Brief – The lines below that include the word "source" are to be reported.
● ● ● ● ● ● ●
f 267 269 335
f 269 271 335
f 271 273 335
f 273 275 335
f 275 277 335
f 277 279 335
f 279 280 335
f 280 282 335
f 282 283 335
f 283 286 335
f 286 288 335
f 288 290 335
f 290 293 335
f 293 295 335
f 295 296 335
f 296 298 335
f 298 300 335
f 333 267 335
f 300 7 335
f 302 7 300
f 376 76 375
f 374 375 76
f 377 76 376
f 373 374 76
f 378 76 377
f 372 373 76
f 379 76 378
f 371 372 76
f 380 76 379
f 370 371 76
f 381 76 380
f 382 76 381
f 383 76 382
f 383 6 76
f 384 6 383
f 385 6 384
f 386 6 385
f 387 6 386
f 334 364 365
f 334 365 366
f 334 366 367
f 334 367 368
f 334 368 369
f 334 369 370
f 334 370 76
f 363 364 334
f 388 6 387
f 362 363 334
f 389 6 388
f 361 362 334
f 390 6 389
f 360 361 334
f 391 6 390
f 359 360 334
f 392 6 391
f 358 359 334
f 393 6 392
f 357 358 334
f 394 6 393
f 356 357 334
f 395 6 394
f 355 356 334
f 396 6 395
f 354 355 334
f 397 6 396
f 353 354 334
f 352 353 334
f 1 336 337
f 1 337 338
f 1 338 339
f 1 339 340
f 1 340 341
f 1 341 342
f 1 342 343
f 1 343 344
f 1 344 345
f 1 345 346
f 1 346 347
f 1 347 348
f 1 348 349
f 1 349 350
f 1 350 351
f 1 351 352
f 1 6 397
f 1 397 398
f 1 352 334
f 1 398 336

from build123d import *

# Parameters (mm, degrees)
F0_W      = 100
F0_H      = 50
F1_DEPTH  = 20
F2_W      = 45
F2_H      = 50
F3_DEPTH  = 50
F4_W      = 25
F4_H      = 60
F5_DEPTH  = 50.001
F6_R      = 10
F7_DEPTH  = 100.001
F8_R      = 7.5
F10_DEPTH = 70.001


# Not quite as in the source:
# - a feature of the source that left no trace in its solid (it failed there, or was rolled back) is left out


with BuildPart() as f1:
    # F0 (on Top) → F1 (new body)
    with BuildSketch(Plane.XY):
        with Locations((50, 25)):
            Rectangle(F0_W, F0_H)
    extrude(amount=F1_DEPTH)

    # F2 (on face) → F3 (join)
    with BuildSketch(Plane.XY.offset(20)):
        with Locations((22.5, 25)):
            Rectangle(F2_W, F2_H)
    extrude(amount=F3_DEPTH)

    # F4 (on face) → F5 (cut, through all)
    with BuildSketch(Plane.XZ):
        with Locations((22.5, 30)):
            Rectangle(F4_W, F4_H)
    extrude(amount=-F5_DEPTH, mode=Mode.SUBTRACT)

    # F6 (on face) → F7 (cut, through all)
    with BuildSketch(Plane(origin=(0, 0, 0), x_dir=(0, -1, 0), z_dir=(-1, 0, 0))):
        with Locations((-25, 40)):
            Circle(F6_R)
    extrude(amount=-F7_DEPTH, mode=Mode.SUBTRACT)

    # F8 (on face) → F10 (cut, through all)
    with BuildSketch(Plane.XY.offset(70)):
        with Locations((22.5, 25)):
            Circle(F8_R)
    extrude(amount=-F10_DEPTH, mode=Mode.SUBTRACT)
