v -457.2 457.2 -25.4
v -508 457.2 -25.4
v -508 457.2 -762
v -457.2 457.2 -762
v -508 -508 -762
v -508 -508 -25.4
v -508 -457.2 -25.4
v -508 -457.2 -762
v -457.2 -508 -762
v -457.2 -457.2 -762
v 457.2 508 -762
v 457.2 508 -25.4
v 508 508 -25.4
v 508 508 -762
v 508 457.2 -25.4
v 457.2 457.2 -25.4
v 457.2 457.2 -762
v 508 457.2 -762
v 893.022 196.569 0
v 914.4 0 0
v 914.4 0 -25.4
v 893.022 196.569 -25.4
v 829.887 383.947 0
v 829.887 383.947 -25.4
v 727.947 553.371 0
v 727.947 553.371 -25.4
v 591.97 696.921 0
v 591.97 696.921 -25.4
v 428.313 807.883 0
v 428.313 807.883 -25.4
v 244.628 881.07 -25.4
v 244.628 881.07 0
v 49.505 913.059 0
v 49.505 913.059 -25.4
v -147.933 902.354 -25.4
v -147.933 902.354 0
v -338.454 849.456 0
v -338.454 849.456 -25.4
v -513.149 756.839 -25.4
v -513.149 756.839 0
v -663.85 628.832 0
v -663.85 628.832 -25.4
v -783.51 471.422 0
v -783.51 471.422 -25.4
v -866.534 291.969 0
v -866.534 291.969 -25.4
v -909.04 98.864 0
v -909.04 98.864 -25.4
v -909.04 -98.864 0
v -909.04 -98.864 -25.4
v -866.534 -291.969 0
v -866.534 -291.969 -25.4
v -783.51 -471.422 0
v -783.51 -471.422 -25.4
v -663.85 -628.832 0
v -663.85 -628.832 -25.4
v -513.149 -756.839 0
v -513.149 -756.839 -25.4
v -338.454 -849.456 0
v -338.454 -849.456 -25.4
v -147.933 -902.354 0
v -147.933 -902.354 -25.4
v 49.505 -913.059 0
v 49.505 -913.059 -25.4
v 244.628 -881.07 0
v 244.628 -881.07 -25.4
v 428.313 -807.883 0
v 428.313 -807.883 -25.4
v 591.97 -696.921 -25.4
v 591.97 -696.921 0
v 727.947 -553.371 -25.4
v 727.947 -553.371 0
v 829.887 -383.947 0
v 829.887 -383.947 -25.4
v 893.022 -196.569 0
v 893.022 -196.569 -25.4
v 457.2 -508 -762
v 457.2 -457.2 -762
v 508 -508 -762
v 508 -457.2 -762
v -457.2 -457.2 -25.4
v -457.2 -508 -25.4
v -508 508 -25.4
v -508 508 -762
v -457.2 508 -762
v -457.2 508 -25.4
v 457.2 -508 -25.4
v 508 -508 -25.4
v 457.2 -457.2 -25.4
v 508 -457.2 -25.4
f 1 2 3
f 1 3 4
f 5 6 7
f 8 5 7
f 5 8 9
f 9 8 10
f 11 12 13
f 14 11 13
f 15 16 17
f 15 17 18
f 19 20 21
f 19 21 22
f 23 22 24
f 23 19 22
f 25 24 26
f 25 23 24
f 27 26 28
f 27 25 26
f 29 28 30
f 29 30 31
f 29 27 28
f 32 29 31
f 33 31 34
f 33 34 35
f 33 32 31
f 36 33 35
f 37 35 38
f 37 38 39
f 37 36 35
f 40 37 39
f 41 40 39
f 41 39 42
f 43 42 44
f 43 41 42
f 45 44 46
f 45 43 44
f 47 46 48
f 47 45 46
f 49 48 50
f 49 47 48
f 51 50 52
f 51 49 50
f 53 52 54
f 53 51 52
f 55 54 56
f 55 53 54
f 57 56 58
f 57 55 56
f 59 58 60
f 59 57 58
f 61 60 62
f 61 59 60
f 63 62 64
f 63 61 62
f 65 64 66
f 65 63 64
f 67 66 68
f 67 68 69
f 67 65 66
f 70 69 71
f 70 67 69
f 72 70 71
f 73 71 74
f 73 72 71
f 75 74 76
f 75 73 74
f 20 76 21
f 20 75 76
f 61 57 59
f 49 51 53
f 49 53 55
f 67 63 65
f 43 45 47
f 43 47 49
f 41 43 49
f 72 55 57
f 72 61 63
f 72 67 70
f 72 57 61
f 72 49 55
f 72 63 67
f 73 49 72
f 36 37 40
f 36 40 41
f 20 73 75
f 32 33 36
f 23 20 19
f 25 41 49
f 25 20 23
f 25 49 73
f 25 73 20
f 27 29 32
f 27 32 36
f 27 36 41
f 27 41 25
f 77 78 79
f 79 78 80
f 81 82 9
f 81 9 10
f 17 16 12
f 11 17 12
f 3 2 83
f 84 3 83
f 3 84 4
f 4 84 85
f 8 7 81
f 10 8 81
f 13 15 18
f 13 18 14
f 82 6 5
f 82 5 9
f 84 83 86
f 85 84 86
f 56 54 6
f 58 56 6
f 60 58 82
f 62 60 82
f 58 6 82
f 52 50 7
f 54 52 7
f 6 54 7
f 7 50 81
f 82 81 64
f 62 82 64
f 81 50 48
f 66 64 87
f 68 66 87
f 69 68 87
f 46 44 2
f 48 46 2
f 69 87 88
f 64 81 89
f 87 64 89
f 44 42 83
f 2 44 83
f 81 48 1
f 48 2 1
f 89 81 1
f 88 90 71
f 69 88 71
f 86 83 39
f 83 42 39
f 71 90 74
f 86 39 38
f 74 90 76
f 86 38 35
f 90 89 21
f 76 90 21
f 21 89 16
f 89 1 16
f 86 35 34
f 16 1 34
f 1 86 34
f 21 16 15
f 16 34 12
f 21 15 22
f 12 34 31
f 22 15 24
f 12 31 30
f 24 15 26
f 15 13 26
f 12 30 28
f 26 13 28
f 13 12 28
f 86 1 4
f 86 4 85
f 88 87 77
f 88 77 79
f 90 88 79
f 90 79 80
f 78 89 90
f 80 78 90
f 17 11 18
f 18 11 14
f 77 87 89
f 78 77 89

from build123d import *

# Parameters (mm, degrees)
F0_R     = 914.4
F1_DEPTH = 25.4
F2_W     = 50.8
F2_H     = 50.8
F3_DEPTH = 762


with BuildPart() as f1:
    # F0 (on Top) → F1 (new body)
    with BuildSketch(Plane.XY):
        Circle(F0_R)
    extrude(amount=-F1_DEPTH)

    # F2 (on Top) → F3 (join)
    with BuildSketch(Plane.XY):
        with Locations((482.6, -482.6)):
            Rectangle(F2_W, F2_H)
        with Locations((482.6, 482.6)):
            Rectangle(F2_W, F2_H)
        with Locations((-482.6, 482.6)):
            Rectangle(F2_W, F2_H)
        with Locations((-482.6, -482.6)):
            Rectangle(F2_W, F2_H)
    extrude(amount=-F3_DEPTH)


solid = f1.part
● ● ● ● ● ● ●
Exercise solution –
# Not quite as in the source:
# - a feature of the source that left no trace in its solid (it failed there, or was rolled back) is left out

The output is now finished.